*Work task*. Transcribe exactly the lines that fall between the one holding "face CYL(AX(P(0,23,0),D(0,-1,0),D(-1,0,0)),4.898979) ~[-e7" and the one holding "# FreeCAD 1.0 macro for this part", inclusive, from the entries below.

*Input*.
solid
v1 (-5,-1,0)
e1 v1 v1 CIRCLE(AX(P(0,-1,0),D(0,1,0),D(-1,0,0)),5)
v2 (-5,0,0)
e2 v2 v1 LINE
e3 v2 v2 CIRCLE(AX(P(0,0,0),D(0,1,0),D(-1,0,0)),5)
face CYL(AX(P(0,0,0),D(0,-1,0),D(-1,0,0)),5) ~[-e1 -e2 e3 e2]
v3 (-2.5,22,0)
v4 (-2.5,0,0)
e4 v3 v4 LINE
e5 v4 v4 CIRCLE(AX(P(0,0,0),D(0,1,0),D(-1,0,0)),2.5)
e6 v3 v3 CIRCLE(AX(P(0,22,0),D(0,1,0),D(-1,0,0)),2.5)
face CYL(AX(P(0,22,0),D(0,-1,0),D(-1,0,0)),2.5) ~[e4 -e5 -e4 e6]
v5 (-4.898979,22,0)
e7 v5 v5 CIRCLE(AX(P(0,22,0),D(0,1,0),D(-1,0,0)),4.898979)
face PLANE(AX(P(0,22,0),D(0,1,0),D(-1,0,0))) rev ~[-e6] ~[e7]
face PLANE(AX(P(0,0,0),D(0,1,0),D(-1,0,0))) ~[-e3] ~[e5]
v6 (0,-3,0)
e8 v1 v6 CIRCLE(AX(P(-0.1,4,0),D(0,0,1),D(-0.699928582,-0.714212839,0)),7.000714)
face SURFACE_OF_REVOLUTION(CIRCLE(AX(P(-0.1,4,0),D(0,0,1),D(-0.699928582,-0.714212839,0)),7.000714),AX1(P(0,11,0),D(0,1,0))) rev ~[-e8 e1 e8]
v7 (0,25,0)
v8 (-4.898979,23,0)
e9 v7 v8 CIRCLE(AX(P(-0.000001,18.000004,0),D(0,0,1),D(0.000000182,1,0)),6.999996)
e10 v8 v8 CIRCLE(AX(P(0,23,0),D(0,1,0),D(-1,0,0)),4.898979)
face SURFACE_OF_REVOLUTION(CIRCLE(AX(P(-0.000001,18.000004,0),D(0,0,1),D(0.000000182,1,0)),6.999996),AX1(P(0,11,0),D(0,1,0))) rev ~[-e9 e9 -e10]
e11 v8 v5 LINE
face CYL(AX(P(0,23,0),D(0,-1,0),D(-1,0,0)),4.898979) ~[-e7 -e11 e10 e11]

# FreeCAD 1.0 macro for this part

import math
import FreeCAD as App
import Part
import Sketcher

doc = App.newDocument("Part")
body = doc.addObject("PartDesign::Body", "Body")

# Sketch on XY plane
sketch1 = body.newObject("Sketcher::SketchObject", "Sketch")
sketch1.AttachmentSupport = (doc.getObject("XY_Plane"), [""])
sketch1.MapMode = "FlatFace"
sketch1.addGeometry(Part.LineSegment(App.Vector(-4.9, 22, 0), App.Vector(-2.5, 22, 0)), False)
sketch1.addGeometry(Part.LineSegment(App.Vector(-2.5, 22, 0), App.Vector(-2.5, 0, 0)), False)
sketch1.addGeometry(Part.LineSegment(App.Vector(-2.5, 0, 0), App.Vector(-5, 0, 0)), False)
sketch1.addGeometry(Part.LineSegment(App.Vector(-5, 0, 0), App.Vector(-5, -1, 0)), False)
sketch1.addGeometry(Part.ArcOfCircle(Part.Circle(App.Vector(-0.1, 4, 0), App.Vector(0, 0, 1), 7), math.radians(-134), math.radians(-89)), False)
sketch1.addGeometry(Part.LineSegment(App.Vector(0, -3, 0), App.Vector(0, 25, 0)), False)
sketch1.addGeometry(Part.ArcOfCircle(Part.Circle(App.Vector(0, 18, 0), App.Vector(0, 0, 1), 7), math.radians(90), math.radians(134)), False)
sketch1.addGeometry(Part.LineSegment(App.Vector(-4.9, 23, 0), App.Vector(-4.9, 22, 0)), False)
sketch1.addConstraint(Sketcher.Constraint("Coincident", 0, 2, 1, 1))
sketch1.addConstraint(Sketcher.Constraint("Coincident", 1, 2, 2, 1))
sketch1.addConstraint(Sketcher.Constraint("Coincident", 2, 2, 3, 1))
sketch1.addConstraint(Sketcher.Constraint("Coincident", 3, 2, 4, 1))
sketch1.addConstraint(Sketcher.Constraint("Coincident", 4, 2, 5, 1))
sketch1.addConstraint(Sketcher.Constraint("Coincident", 5, 2, 6, 1))
sketch1.addConstraint(Sketcher.Constraint("Coincident", 6, 2, 7, 1))
sketch1.addConstraint(Sketcher.Constraint("Coincident", 7, 2, 0, 1))
sketch1.addConstraint(Sketcher.Constraint("Horizontal", 0))
sketch1.addConstraint(Sketcher.Constraint("Vertical", 1))
sketch1.addConstraint(Sketcher.Constraint("Horizontal", 2))
sketch1.addConstraint(Sketcher.Constraint("Vertical", 3))
sketch1.addConstraint(Sketcher.Constraint("Vertical", 5))
sketch1.addConstraint(Sketcher.Constraint("Vertical", 7))
sketch1.addConstraint(Sketcher.Constraint("PointOnObject", 6, 3, -2))
sketch1.addConstraint(Sketcher.Constraint("PointOnObject", 1, 2, -1))
sketch1.addConstraint(Sketcher.Constraint("PointOnObject", 4, 2, -2))
sketch1.addConstraint(Sketcher.Constraint("Equal", 3, 7))
sketch1.addConstraint(Sketcher.Constraint("DistanceY", 1, 2, 1, 1, 22.0))
sketch1.addConstraint(Sketcher.Constraint("DistanceY", 3, 2, 3, 1, 1.0))
sketch1.addConstraint(Sketcher.Constraint("DistanceY", 5, 1, 5, 2, 28.0))
sketch1.addConstraint(Sketcher.Constraint("DistanceX", 2, 2, 2, 1, 2.5))
sketch1.addConstraint(Sketcher.Constraint("DistanceY", -1, 1, 4, 3, 4.0))
sketch1.addConstraint(Sketcher.Constraint("DistanceX", 2, 2, -1, 1, 5.0))
sketch1.addConstraint(Sketcher.Constraint("DistanceY", 4, 2, -1, 1, 3.0))
sketch1.addConstraint(Sketcher.Constraint("Radius", 6, 6.999996))
revolution = body.newObject("PartDesign::Revolution", "Revolution")
revolution.Profile = sketch1
revolution.ReferenceAxis = (sketch1, ["V_Axis"])
revolution.Angle = 360

doc.recompute()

*Solution*.
face CYL(AX(P(0,23,0),D(0,-1,0),D(-1,0,0)),4.898979) ~[-e7 -e11 e10 e11]

# FreeCAD 1.0 macro for this part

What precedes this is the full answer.